Why does everyone refer to a "house" as a "home"?
As in "they just put in a new row of luxury homes," or "we just bought our first home." I hate thinking of it as a commodity that could be constructed or purchased just like that. Really, the physical building is more of the shell of the home, just as the body is the shell of the soul. And it can be in any sort of place, not just a single-family dwelling: rental apartment, old shack, college dormitory... I have found home in all of these places.
Home is something sacred, the place where a person feels safe, accepted, and unconditionally loved. You cannot purchase it with money and you cannot build it simply with a construction crew and a pile of 2x4s. It is something that is patiently woven by delicate spiders with warm and pulsing hearts. These spiders do not even need to be related.

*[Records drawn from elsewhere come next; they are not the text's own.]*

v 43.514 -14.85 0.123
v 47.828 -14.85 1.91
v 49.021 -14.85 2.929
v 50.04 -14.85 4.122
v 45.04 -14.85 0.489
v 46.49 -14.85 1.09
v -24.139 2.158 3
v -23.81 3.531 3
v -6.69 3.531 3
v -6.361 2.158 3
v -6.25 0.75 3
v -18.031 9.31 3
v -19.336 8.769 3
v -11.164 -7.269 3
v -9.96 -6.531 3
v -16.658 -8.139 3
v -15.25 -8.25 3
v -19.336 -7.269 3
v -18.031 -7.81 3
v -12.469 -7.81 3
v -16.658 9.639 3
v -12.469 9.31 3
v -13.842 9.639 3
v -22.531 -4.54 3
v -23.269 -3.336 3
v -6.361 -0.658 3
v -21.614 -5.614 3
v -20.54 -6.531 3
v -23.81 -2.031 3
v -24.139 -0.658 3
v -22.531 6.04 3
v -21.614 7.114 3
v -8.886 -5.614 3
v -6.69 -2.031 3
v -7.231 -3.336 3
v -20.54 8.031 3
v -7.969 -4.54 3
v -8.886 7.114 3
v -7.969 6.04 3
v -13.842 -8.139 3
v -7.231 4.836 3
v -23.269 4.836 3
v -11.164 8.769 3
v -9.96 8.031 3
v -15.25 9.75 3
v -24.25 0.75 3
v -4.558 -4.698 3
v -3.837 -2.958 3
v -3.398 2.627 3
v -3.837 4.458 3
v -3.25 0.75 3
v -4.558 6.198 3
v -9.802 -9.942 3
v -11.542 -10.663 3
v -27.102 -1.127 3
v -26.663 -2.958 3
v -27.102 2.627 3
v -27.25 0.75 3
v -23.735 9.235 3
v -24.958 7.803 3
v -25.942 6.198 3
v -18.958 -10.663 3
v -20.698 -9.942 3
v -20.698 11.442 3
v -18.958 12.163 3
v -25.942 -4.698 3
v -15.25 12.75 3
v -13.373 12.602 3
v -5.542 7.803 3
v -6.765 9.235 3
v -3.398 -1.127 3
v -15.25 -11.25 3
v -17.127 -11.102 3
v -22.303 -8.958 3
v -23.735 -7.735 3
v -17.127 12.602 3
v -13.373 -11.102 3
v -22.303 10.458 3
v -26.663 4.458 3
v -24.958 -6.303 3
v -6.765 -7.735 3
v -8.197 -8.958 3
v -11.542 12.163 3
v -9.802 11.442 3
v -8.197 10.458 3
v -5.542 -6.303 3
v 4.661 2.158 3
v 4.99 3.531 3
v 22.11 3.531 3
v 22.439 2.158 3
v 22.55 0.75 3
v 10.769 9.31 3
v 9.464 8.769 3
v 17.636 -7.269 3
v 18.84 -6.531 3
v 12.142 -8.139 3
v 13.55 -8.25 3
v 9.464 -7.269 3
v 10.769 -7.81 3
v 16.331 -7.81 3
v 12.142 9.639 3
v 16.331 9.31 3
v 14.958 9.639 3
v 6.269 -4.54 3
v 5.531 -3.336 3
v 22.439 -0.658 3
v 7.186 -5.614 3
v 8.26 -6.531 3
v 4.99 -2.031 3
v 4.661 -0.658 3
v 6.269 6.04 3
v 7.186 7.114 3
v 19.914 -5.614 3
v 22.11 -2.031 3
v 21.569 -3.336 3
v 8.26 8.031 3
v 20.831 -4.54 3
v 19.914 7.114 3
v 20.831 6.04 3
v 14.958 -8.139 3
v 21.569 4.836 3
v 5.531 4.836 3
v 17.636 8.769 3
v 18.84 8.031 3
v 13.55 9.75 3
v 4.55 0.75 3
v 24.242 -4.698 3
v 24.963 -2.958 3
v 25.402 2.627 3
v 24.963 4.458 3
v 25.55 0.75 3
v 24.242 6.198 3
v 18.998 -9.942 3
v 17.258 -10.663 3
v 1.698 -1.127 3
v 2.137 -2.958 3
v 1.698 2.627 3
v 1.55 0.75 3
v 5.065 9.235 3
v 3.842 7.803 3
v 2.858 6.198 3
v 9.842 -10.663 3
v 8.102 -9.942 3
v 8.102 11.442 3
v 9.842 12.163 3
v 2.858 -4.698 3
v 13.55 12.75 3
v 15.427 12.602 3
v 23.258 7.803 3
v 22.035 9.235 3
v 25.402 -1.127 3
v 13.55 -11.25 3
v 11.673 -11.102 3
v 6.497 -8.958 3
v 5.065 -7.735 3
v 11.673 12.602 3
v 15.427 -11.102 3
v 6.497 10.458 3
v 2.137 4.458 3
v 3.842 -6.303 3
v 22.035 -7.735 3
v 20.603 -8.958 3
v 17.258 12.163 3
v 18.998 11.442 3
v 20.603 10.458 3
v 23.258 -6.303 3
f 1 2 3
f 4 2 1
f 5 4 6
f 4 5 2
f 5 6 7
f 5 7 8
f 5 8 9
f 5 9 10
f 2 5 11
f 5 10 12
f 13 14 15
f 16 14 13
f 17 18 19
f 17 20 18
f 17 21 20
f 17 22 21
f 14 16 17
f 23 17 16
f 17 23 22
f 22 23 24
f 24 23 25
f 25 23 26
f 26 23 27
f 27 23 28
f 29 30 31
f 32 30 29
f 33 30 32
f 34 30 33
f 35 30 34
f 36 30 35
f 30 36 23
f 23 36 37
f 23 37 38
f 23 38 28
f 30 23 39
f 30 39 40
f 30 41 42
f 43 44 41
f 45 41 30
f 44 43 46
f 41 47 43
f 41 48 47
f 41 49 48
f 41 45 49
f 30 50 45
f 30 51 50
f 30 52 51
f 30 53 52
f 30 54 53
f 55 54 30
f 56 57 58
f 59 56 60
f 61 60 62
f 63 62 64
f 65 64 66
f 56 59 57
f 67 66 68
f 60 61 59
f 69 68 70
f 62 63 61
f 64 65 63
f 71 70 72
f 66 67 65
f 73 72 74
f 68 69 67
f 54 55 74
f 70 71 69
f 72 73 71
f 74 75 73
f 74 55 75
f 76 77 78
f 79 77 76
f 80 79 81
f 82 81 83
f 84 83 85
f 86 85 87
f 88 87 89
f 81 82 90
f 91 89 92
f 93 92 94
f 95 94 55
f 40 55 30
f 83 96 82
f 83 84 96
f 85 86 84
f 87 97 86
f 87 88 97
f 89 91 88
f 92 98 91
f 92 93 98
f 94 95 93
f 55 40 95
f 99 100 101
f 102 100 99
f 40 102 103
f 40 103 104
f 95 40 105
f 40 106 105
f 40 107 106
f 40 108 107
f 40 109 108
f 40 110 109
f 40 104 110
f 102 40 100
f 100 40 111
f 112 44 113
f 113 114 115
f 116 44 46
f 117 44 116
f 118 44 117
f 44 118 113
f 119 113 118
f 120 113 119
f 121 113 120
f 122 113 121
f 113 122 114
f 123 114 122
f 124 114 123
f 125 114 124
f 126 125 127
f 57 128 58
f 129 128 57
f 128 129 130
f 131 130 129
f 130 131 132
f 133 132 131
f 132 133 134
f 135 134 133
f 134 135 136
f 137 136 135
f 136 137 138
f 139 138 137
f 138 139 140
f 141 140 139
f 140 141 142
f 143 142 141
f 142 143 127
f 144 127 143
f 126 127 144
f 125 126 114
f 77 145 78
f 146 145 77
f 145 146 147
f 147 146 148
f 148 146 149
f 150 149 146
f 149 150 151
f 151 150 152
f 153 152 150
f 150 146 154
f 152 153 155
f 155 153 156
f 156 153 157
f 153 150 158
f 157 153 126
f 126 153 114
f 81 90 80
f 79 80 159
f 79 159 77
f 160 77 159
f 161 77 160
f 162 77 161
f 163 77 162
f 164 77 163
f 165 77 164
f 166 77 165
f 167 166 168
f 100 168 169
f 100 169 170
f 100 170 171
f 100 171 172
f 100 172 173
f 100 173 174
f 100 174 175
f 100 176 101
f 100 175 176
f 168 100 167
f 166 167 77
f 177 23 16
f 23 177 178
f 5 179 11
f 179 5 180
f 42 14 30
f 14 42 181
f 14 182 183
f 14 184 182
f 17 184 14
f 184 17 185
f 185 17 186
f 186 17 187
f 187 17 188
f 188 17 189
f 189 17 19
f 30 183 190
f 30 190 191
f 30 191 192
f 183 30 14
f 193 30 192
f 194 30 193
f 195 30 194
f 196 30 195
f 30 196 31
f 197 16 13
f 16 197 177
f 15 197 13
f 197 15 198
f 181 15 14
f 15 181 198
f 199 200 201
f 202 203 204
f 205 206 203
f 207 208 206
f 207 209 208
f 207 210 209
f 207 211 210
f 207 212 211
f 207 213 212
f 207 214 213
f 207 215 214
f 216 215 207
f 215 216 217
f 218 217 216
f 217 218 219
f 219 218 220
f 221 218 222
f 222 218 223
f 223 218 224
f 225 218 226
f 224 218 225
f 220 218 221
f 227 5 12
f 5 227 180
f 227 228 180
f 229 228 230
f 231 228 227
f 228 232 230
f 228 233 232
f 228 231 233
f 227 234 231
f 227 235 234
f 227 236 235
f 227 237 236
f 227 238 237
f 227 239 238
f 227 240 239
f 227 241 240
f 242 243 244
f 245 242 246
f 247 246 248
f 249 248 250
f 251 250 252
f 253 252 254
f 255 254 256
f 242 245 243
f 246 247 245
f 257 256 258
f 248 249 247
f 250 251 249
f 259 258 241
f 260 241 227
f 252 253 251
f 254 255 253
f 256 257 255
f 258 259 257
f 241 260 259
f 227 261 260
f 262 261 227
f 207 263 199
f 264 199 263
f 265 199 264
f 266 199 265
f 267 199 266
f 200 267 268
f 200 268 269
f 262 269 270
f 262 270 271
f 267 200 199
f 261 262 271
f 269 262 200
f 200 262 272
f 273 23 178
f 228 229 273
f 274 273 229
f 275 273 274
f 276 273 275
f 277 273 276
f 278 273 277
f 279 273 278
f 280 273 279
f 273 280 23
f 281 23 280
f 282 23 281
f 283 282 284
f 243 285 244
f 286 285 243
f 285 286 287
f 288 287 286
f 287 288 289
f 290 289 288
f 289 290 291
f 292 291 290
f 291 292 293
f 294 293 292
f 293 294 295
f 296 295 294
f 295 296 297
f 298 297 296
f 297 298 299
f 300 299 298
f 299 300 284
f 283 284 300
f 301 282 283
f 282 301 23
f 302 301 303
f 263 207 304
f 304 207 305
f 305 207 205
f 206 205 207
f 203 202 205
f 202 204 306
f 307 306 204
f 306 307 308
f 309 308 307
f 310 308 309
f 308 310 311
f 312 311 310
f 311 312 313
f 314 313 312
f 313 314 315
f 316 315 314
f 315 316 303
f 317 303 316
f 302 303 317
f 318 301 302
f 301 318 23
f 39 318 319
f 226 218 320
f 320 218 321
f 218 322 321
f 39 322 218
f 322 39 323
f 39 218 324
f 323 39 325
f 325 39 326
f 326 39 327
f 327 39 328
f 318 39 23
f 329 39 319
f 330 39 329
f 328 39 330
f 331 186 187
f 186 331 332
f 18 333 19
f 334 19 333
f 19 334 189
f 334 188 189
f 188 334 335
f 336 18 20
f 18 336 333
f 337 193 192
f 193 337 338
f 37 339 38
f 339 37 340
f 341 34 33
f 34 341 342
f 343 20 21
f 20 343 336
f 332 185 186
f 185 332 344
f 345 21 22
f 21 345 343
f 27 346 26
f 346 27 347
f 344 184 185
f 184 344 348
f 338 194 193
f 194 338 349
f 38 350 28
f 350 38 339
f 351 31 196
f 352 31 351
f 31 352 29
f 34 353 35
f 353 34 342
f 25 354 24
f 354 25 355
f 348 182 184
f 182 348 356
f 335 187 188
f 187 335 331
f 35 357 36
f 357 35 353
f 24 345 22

Equating house with home degrades that beautiful word into something that can simply be fabricated with enough cash. Developers use the pleasant imagery conjured by the term to achieve their aims, to sell their product to accepting families who believe the purchase will finally provide a “home.” But what a lot of people don’t realize is that the home is something that we carry in our hearts whenever we dwell with those we love. Referring to the physical structure as a home seriously limits our thinking.
Heheh... and anyway, how will we ever fight suburban sprawl if everyone thinks this is the only option?
1 comment:
I often wish that people would practice precision of language with greater commitment.